# Need a reloading bench?



## The_Vigilante (Aug 29, 2008)

I have been using a reloading bench that I purchased from Harbor Freight at a very cheap price and then modified it somewhat to fit my situation. However, it isn't very sturdy-wobbles when you shake it. I have purchased a used Lee Loadmaster which will be here in a week. One of the requirements was that the work bench be steady and solid-that disqualified my bench right away. So I went to Home Deport just to look around and what to my surprise found the Workbench by Keystone for $79.95. It requires no tools for assembly. It is 5' long, 2' wide, and 36" high-all wood.
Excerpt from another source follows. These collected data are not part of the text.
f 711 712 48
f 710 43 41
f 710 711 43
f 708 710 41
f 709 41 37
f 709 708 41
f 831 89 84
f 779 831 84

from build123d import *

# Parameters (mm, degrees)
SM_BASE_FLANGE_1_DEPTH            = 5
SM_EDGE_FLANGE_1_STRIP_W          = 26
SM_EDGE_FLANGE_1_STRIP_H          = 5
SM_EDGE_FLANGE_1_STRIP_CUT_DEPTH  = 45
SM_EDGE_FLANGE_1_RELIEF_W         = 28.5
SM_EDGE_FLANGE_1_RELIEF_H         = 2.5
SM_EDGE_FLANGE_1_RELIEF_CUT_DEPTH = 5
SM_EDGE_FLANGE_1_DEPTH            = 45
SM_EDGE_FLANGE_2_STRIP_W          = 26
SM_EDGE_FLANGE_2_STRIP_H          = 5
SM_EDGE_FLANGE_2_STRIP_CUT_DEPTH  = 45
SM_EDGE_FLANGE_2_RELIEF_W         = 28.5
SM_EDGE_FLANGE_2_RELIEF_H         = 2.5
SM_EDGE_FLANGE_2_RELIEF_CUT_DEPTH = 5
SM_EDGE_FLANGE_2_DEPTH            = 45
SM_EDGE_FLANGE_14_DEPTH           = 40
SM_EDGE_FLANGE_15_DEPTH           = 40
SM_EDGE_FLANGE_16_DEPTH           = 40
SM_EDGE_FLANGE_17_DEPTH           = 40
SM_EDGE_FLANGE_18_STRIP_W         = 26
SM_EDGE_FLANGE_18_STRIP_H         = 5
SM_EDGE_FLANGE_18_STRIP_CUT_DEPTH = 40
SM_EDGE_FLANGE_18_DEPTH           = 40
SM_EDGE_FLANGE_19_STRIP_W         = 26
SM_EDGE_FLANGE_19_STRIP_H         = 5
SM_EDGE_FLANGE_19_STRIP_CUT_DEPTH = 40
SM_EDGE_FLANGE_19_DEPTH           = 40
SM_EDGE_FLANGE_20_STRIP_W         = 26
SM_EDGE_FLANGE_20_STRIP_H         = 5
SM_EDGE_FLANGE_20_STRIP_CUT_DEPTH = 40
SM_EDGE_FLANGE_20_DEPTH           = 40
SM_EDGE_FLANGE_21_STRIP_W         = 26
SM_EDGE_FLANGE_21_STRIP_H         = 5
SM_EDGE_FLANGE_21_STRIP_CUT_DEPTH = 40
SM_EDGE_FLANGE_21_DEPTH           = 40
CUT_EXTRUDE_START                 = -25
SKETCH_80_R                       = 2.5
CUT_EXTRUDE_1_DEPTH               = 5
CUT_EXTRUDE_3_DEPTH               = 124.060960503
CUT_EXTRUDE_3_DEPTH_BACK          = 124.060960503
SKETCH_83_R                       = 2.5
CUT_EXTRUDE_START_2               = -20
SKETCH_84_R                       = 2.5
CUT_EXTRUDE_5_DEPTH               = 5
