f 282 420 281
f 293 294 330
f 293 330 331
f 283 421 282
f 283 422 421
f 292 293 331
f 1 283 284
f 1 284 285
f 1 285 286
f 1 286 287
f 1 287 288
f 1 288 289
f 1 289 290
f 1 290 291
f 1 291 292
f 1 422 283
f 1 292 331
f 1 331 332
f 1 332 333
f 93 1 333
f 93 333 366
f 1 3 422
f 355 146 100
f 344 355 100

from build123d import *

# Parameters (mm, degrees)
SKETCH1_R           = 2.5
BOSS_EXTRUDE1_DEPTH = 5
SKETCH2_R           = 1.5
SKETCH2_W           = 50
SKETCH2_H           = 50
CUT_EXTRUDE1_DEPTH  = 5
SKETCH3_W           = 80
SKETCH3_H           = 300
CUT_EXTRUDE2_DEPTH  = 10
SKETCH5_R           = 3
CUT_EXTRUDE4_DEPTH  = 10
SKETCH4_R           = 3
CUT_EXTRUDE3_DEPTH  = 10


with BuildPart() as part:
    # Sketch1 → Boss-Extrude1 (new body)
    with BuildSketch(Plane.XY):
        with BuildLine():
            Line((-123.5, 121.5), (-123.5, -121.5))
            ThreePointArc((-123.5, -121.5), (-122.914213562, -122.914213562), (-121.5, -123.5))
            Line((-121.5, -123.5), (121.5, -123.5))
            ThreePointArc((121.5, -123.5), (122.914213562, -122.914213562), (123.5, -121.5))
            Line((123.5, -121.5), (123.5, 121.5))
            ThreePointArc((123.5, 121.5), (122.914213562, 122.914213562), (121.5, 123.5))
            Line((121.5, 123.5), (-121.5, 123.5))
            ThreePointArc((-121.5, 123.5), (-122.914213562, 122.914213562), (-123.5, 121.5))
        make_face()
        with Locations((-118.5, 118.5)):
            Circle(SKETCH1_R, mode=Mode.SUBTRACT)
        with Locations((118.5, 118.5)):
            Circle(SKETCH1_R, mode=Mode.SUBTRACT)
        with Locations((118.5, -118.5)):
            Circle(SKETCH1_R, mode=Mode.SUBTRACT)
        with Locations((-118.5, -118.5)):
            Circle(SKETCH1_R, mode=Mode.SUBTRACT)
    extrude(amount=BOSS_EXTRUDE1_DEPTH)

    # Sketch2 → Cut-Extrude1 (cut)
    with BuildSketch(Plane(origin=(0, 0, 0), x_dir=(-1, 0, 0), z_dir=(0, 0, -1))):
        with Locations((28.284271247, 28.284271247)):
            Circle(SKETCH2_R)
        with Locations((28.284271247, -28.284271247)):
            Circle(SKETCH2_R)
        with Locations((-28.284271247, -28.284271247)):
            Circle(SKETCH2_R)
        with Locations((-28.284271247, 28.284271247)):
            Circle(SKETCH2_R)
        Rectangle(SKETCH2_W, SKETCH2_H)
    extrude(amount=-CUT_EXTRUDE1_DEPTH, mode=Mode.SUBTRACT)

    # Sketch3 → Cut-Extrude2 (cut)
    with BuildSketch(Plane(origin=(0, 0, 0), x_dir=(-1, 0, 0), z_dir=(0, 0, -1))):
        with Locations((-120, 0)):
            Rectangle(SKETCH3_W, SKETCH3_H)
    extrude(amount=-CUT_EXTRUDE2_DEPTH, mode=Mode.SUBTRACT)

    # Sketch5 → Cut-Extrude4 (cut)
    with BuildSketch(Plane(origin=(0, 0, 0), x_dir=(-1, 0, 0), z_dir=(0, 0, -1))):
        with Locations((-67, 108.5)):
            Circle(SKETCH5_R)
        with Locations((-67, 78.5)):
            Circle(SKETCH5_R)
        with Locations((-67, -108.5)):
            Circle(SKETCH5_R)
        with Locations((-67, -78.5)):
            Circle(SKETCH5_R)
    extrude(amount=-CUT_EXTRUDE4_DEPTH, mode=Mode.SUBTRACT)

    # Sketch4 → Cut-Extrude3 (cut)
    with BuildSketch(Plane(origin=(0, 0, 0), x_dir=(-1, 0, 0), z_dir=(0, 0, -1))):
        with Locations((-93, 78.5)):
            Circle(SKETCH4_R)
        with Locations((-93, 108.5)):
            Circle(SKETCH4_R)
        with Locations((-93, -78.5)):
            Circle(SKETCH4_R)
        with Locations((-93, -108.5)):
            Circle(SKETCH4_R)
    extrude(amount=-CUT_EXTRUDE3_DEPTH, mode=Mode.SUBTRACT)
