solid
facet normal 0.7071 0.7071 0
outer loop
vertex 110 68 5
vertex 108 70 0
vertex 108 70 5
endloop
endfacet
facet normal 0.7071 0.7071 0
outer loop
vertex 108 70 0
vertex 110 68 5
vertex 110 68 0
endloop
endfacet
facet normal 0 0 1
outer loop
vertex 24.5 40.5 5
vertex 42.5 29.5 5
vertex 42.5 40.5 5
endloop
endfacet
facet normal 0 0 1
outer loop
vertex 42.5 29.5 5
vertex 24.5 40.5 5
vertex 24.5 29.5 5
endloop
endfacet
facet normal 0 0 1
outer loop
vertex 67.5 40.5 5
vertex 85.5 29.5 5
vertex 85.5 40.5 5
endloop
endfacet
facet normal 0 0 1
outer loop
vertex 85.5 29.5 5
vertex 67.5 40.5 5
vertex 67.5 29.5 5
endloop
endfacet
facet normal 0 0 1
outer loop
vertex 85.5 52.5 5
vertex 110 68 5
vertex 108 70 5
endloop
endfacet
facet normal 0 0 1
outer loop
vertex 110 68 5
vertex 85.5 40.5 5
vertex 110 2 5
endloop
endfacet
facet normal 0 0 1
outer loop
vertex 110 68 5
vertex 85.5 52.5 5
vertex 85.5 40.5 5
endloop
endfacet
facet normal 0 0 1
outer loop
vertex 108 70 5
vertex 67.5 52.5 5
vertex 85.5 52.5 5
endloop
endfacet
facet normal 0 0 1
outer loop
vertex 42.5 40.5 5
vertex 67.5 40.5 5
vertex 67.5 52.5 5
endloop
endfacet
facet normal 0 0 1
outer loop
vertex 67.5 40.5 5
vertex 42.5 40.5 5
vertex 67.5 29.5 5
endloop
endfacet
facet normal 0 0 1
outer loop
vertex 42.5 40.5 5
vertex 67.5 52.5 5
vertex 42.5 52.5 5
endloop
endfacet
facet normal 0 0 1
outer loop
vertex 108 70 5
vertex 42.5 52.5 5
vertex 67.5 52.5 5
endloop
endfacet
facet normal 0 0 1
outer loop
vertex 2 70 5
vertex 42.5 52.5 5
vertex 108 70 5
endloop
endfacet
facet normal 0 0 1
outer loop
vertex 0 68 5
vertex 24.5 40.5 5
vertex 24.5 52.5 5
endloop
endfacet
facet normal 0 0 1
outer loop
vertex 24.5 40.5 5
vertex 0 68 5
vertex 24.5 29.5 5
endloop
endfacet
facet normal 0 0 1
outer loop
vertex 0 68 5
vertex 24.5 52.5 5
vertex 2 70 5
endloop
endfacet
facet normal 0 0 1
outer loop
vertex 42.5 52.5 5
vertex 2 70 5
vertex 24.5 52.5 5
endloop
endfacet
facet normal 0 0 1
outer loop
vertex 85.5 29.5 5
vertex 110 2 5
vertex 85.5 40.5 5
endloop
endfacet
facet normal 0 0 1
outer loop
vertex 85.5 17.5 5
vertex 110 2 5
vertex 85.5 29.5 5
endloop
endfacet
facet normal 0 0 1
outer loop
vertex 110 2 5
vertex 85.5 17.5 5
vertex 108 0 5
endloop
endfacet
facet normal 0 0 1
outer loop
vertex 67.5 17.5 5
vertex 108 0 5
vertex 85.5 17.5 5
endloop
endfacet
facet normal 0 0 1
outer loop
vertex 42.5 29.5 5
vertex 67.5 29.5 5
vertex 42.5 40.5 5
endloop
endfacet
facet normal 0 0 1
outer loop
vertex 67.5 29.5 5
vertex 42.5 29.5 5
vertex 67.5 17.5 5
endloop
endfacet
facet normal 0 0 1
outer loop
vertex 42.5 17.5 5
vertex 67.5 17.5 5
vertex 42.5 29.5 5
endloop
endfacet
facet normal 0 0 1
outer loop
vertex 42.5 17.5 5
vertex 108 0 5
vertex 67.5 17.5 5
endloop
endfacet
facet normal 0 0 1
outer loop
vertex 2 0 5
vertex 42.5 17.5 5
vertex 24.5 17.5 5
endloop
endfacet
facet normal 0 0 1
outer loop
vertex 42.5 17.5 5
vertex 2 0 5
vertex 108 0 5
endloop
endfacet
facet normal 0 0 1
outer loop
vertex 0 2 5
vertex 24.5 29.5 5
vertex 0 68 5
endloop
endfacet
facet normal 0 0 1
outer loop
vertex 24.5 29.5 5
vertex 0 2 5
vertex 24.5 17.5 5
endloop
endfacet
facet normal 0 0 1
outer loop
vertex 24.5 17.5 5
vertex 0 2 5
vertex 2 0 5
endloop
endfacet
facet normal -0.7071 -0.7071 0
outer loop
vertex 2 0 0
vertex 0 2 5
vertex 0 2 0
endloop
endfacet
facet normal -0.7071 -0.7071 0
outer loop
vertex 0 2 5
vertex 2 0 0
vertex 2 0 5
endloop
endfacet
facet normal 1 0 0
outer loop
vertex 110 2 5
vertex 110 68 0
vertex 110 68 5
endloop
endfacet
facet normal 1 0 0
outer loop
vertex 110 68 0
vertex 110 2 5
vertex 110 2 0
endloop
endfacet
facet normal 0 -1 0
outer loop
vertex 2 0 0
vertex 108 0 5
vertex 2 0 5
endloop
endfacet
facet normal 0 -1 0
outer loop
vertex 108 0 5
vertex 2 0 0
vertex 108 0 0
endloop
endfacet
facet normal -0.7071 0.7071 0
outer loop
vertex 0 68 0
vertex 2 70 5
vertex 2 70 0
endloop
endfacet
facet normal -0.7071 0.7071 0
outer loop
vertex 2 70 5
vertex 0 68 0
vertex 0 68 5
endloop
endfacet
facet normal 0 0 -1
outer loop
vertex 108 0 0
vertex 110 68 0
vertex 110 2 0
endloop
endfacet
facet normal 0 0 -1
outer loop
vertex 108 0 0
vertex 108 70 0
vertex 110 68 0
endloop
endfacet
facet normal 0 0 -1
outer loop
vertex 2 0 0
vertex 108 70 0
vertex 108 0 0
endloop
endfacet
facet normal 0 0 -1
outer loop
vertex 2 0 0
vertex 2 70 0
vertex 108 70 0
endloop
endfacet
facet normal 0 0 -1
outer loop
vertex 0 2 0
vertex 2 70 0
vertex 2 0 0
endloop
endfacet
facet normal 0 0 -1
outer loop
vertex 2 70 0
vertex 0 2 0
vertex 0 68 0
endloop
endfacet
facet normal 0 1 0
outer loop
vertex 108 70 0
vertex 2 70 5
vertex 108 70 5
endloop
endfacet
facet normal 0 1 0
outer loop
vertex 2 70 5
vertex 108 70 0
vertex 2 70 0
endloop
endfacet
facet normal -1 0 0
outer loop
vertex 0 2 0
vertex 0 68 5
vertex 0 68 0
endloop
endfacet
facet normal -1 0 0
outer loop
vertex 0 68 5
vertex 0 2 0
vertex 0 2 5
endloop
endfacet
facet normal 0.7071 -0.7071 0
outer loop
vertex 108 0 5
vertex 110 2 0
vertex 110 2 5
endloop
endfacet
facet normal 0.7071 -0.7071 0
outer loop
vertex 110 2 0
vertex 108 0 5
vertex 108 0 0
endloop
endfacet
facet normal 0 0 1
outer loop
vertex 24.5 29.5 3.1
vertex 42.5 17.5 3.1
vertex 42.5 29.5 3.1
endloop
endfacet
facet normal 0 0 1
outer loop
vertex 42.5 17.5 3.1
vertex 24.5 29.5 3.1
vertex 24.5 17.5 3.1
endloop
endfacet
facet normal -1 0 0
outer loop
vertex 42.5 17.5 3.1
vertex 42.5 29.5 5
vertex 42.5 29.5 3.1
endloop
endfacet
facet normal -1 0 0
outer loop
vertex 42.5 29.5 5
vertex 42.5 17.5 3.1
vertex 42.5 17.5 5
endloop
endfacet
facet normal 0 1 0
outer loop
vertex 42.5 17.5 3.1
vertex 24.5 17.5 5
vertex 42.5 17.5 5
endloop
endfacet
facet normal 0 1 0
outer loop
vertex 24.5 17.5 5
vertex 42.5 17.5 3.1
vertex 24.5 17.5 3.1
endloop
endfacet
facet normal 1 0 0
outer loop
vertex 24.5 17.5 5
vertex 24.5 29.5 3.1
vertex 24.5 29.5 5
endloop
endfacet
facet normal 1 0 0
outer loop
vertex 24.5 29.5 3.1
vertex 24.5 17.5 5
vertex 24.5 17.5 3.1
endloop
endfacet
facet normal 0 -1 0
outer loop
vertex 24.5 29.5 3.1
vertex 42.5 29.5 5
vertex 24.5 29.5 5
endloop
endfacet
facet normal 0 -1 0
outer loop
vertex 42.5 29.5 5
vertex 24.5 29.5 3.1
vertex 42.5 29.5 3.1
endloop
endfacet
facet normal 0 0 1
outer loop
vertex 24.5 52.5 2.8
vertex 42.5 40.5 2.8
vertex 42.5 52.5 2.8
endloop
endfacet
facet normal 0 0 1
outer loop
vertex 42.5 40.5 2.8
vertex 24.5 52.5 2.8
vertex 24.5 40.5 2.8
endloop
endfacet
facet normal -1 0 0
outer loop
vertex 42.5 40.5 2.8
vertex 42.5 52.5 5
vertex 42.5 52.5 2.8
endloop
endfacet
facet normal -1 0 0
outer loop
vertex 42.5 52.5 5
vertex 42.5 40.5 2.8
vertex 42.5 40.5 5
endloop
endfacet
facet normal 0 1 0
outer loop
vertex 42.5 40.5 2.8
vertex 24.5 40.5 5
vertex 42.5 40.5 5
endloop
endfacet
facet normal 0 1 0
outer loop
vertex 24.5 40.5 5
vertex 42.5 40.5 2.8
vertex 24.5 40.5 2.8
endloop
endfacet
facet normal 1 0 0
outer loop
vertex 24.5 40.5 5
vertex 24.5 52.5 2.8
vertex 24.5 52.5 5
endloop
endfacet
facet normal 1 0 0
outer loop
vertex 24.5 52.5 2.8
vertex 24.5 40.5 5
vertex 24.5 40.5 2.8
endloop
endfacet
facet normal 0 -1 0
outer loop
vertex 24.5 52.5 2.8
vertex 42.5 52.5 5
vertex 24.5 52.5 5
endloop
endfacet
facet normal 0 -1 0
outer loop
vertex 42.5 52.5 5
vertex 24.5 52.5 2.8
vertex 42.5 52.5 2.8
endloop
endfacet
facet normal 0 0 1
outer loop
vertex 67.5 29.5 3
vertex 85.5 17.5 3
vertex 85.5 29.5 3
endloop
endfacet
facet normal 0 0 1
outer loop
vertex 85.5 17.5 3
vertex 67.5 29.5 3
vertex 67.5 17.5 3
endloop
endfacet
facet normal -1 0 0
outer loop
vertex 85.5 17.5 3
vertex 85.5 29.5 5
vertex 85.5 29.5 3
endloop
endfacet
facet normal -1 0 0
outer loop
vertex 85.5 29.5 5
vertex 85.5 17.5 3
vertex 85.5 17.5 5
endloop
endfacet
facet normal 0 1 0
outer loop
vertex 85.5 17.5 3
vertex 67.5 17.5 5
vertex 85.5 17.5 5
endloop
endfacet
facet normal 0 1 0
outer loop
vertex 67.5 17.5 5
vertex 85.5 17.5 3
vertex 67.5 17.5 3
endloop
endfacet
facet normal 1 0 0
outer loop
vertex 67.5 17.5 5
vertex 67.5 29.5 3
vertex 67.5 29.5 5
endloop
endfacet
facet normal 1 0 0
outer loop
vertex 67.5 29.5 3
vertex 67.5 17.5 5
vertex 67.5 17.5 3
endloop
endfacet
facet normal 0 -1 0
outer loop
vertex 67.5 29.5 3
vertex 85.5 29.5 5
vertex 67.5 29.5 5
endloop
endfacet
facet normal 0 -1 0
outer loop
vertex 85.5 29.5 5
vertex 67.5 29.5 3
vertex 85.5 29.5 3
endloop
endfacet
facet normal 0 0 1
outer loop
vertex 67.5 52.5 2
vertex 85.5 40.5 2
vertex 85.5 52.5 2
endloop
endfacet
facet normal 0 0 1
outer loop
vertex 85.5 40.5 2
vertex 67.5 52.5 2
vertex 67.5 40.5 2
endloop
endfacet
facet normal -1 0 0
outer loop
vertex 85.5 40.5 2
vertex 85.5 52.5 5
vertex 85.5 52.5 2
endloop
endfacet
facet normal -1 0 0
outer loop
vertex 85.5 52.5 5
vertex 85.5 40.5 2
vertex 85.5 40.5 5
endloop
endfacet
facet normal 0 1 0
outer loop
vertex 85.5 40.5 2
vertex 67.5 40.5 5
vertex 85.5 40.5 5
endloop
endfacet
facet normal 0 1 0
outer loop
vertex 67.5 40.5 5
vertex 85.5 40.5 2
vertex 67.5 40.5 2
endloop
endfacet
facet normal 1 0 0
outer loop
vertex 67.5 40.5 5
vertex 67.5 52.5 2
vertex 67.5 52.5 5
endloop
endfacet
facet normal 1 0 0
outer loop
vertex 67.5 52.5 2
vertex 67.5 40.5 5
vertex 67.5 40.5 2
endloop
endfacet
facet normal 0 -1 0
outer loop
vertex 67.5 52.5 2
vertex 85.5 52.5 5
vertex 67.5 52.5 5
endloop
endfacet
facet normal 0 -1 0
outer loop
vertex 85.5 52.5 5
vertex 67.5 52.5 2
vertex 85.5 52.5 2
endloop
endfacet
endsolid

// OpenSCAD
$fn = 32;

// ----------------------------------------------------------------------
// Windowed plate: 4 voids, 110 x 70 x 5 mm
// ----------------------------------------------------------------------

// --- parameters (mm) ---
plate_l = 110;            // plate length, X
plate_w = 70;             // plate width, Y
plate_t = 5;              // plate thickness, Z
edge_margin = 12;         // wall from the plate edge to any window
win_l = 18;               // pocket length
win_w = 12;               // pocket width
pitch_x = 43;             // grid pitch along X
pitch_y = 23;             // grid pitch along Y
depth_1 = 1.9;            // depth of void 1 (full thickness = through)
depth_2 = 2.2;            // depth of void 2 (full thickness = through)
depth_3 = 2;              // depth of void 3 (full thickness = through)
depth_4 = 3;              // depth of void 4 (full thickness = through)
corner_c = 2;             // corner chamfer of the plate

profile = [[2, 0], [108, 0], [110, 2], [110, 68], [108, 70], [2, 70], [0, 68], [0, 2]];  // primary outline, 8 points, counter clockwise
void_1 = [[24.5, 17.5], [42.5, 17.5], [42.5, 29.5], [24.5, 29.5]];  // pocket at grid node 0,0, 4 points
void_2 = [[24.5, 40.5], [42.5, 40.5], [42.5, 52.5], [24.5, 52.5]];  // pocket at grid node 0,1, 4 points
void_3 = [[67.5, 17.5], [85.5, 17.5], [85.5, 29.5], [67.5, 29.5]];  // pocket at grid node 1,0, 4 points
void_4 = [[67.5, 40.5], [85.5, 40.5], [85.5, 52.5], [67.5, 52.5]];  // pocket at grid node 1,1, 4 points

// --- the one profile operation ---
difference() {
  linear_extrude(height = plate_t) polygon(points = profile);
  translate([0, 0, plate_t - depth_1])
    linear_extrude(height = depth_1 + 1) polygon(points = void_1);
  translate([0, 0, plate_t - depth_2])
    linear_extrude(height = depth_2 + 1) polygon(points = void_2);
  translate([0, 0, plate_t - depth_3])
    linear_extrude(height = depth_3 + 1) polygon(points = void_3);
  translate([0, 0, plate_t - depth_4])
    linear_extrude(height = depth_4 + 1) polygon(points = void_4);
}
It is a little narrower than I liked but figured I could bolt a wider top to the top of it. Here is the link to the bench if any of you are interested: http://www.ufpi.com/product/keystonebench/about.htm.


----------



## Redwolf (Nov 29, 2008)

this is a nice one too.

http://www.northerntool.com/webapp/wcs/stores/servlet/product_6970_200308077_200308077


----------



## The_Vigilante (Aug 29, 2008)

Yes that is a nice one, a lot nicer than mine. However, it is beyond my budget at the current time. And shipping for that one is going to add even more to the original purchase price. Shipping to my home was only $110-a bargain-NOT.


----------